It doesn't give you "perfect" authentication (because nothing does, that's the why the whole root of trust issue is so difficult), but to argue that it isn't appreciably different than literally running the output of curl is just silly.
If I don't trust the hash value I got from the Fedora web site I can ask Google. I can check it vs. the mirrors. I can ask my friend who installed it already to see if it matches her file. I can check the signature on the hash to make sure it matches the key I have stored from my existing install (or the one before that, etc...). That's not perfect but at least it's something.
Yes, but I'm talking about the case where you do trust the hash value just like people who use this method trust rust-lang.org. If you don't trust this software, you could download it and get a hash from somebody you trust as well — in neither case are you forced to do it the easier and less secure way. Obviously a quick install process where you trust the source will be less secure than a laborious process where you carefully inspect the code or obtain and verify multiple hashes via sneakernet. But I'm not convinced that the "secure" easy path where you get a file from somebody and a hash/key from the same source, see that the two match and then run the file is actually more secure in any meaningful way than piping curl into sh. The difference seems to be more in the user's level of caution — this method just lays what you're doing bare rather than burying it under layers of indirection.
But... you can't get a hash from somebody you trust with this scheme. The script downloads and runs and throws itself away with no attempt made to authenticate anything (well, I guess there's the TLS cert as it's a https url -- that's something at least).
Or if it's there somewhere I don't see it. Where it it?
The point is that if you're paranoid, you won't pipe curl into sh just like you won't blindly trust an unauthenticated hash. There is nothing stopping you from putting more effort into installing this software just like there's nothing stopping you from putting more effort into installing an apt package of questionable provenance.

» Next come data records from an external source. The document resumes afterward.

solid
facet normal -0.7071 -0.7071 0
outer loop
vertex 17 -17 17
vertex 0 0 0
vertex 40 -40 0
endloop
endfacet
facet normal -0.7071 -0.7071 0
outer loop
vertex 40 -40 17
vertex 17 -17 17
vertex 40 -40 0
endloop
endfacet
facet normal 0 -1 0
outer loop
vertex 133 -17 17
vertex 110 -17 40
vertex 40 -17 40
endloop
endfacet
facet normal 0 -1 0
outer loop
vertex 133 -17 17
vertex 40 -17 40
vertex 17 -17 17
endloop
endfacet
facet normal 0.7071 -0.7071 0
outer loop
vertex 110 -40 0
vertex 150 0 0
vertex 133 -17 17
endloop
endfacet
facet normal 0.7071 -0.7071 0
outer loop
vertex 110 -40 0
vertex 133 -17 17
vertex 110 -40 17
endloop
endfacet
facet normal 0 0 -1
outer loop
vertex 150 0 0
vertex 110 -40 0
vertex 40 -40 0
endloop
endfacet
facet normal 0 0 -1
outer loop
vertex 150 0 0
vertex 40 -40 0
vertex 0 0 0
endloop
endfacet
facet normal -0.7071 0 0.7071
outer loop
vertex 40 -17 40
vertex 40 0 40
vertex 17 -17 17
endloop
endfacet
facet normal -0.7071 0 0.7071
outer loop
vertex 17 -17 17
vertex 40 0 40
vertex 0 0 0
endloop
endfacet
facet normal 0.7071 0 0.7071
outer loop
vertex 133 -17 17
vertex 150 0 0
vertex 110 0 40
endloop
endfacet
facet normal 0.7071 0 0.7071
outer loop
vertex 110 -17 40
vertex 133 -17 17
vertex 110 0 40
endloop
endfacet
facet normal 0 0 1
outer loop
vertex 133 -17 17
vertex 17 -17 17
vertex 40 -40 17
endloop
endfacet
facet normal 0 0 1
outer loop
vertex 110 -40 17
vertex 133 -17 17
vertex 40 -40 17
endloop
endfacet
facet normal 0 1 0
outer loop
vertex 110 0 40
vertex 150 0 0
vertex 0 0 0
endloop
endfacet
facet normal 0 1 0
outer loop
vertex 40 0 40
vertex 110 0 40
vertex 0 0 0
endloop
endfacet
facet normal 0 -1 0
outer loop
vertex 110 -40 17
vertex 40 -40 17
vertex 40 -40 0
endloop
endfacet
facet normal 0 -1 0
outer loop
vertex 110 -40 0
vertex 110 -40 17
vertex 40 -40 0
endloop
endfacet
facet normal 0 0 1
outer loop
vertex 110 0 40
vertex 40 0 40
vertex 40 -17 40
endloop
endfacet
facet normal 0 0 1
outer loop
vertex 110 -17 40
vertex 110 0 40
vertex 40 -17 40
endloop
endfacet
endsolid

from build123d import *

# Parameters (mm, degrees)
BOSS_EXTRU_1_DEPTH      = 150
ENL_V_MAT_EXTRU_1_DEPTH = 41
ENL_V_MAT_EXTRU_2_DEPTH = 41


with BuildPart() as part:
    # Esquisse1 → Boss.-Extru.1 (new body)
    with BuildSketch(Plane(origin=(0, 0, 0), x_dir=(0, 0, -1), z_dir=(1, 0, 0))):
        Polygon((0, 0), (-40, 0), (-40, -17), (-17, -17), (-17, -40), (0, -40), align=None)
    extrude(amount=BOSS_EXTRU_1_DEPTH)

    # Esquisse2 → Enlèv. mat.-Extru.1 (cut, through all)
    with BuildSketch(Plane(origin=(0, 0, 0), x_dir=(1, 0, 0), z_dir=(0, 1, 0))):
        Polygon((150, 0), (110, -40), (150, -40), align=None)
        Polygon((0, 0), (0, -40), (40, -40), align=None)
    extrude(amount=-ENL_V_MAT_EXTRU_1_DEPTH, mode=Mode.SUBTRACT)

    # Esquisse3 → Enlèv. mat.-Extru.2 (cut, through all)
    with BuildSketch(Plane(origin=(0, 0, 0), x_dir=(-1, 0, 0), z_dir=(0, 0, -1))):
        Polygon((-150, 0), (-110, -40), (-150, -40), align=None)
        Polygon((-40, -40), (0, -40), (0, 0), align=None)
    extrude(amount=-ENL_V_MAT_EXTRU_2_DEPTH, mode=Mode.SUBTRACT)


solid = part.part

you can also read the bash script before running it... and it is infinitely more secure than just trusting a hash as your friend and the mirrors can be compromised without you being able to notice (and it has happen before).
Er, huh? You're mixing two arguments here. You're talking about the difficulty of authenticating the root of trust (very hard) and trying to use it to address the issue of installing authenticated software (a long-solved problem).

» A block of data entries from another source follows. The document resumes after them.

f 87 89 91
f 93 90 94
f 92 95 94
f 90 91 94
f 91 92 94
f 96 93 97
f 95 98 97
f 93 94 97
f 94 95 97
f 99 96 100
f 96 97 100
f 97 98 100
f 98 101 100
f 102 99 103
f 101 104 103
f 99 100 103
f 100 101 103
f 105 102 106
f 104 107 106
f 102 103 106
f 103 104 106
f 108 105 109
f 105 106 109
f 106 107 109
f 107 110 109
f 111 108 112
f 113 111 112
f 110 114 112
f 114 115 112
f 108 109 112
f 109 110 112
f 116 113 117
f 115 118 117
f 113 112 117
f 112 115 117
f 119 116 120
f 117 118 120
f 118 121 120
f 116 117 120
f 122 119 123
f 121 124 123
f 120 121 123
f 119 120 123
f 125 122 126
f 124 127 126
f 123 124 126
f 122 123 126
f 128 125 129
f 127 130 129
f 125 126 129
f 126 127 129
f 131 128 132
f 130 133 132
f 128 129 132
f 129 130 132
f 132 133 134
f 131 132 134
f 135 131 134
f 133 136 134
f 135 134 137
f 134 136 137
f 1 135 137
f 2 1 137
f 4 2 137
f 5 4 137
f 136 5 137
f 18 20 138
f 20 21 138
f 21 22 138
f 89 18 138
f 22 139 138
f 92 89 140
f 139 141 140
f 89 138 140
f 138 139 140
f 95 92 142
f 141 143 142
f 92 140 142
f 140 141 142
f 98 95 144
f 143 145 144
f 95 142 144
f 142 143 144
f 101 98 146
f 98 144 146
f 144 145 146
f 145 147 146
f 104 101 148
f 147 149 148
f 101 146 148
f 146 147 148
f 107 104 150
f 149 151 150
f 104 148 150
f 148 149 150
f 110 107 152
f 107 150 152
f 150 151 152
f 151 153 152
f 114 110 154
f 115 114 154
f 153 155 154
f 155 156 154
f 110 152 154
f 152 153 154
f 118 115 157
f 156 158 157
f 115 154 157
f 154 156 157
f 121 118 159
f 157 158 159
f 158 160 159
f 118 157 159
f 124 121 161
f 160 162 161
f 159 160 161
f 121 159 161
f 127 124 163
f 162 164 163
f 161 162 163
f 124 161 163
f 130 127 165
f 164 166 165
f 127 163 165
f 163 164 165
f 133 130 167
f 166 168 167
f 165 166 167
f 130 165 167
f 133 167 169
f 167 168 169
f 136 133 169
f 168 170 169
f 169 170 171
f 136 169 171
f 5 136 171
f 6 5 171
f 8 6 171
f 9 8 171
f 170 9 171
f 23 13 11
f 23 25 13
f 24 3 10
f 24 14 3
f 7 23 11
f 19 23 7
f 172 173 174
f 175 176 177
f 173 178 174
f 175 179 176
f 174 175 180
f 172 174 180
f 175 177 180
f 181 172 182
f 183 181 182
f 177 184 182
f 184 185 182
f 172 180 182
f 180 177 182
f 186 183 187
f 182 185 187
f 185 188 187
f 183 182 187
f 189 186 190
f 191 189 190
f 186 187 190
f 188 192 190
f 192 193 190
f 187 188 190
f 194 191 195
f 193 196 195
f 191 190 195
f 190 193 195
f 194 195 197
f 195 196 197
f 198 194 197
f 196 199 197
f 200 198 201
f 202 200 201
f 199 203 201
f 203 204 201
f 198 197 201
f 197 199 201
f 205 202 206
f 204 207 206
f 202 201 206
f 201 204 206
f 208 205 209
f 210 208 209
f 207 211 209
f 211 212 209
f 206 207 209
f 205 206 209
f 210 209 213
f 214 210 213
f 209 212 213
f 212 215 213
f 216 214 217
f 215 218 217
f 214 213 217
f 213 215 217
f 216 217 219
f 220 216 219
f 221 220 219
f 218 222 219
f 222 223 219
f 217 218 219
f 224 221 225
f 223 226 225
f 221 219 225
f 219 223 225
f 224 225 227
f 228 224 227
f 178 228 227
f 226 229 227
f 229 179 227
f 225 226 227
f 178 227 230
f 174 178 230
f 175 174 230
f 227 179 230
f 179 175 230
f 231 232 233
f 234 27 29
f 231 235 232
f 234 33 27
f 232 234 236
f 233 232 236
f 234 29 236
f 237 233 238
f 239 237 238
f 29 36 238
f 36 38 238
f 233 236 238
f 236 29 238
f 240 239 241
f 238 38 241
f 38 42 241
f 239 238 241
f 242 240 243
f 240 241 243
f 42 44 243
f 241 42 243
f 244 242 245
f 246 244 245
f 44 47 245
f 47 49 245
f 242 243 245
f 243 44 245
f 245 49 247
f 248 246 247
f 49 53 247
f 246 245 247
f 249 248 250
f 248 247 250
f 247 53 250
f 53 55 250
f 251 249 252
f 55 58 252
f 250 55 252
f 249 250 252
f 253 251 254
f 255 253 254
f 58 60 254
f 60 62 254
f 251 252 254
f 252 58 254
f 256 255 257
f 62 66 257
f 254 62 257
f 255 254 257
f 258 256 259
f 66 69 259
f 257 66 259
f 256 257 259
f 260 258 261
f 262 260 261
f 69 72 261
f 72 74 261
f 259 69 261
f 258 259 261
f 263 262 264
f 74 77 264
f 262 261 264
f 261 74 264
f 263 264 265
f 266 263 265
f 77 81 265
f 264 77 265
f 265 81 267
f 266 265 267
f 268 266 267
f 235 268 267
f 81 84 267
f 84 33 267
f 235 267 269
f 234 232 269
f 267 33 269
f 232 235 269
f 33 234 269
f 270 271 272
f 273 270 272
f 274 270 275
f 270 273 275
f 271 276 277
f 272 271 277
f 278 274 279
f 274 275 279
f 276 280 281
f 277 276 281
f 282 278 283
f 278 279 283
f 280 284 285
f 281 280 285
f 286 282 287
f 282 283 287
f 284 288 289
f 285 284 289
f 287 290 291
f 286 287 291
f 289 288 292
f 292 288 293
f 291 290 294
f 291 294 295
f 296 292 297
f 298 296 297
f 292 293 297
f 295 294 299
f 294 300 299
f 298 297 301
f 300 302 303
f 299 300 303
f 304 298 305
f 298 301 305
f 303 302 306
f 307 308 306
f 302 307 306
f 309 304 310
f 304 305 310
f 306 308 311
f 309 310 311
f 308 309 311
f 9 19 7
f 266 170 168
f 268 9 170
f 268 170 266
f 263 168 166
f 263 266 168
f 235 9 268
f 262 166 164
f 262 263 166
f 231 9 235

I'm aware of no situations where linux distro mirrors have been compromised with code that will install on live systems. Again, the key is set up on the clients at install time, you can't drop compromised software on them via package install without stealing the signing keys.
The whole point here is that the "run the shell script off hte web" skips the whole root-of-trust issue, and suffers for it. It must stop, guys.
If I don't trust the hash value I got from the Fedora web site I can ask Google. I can check it vs. the mirrors. I can ask my friend who installed it already to see if it matches her file. I can check the signature on the hash to make sure it matches the key I have stored from my existing install (or the one before that, etc...). That's not perfect but at least it's something.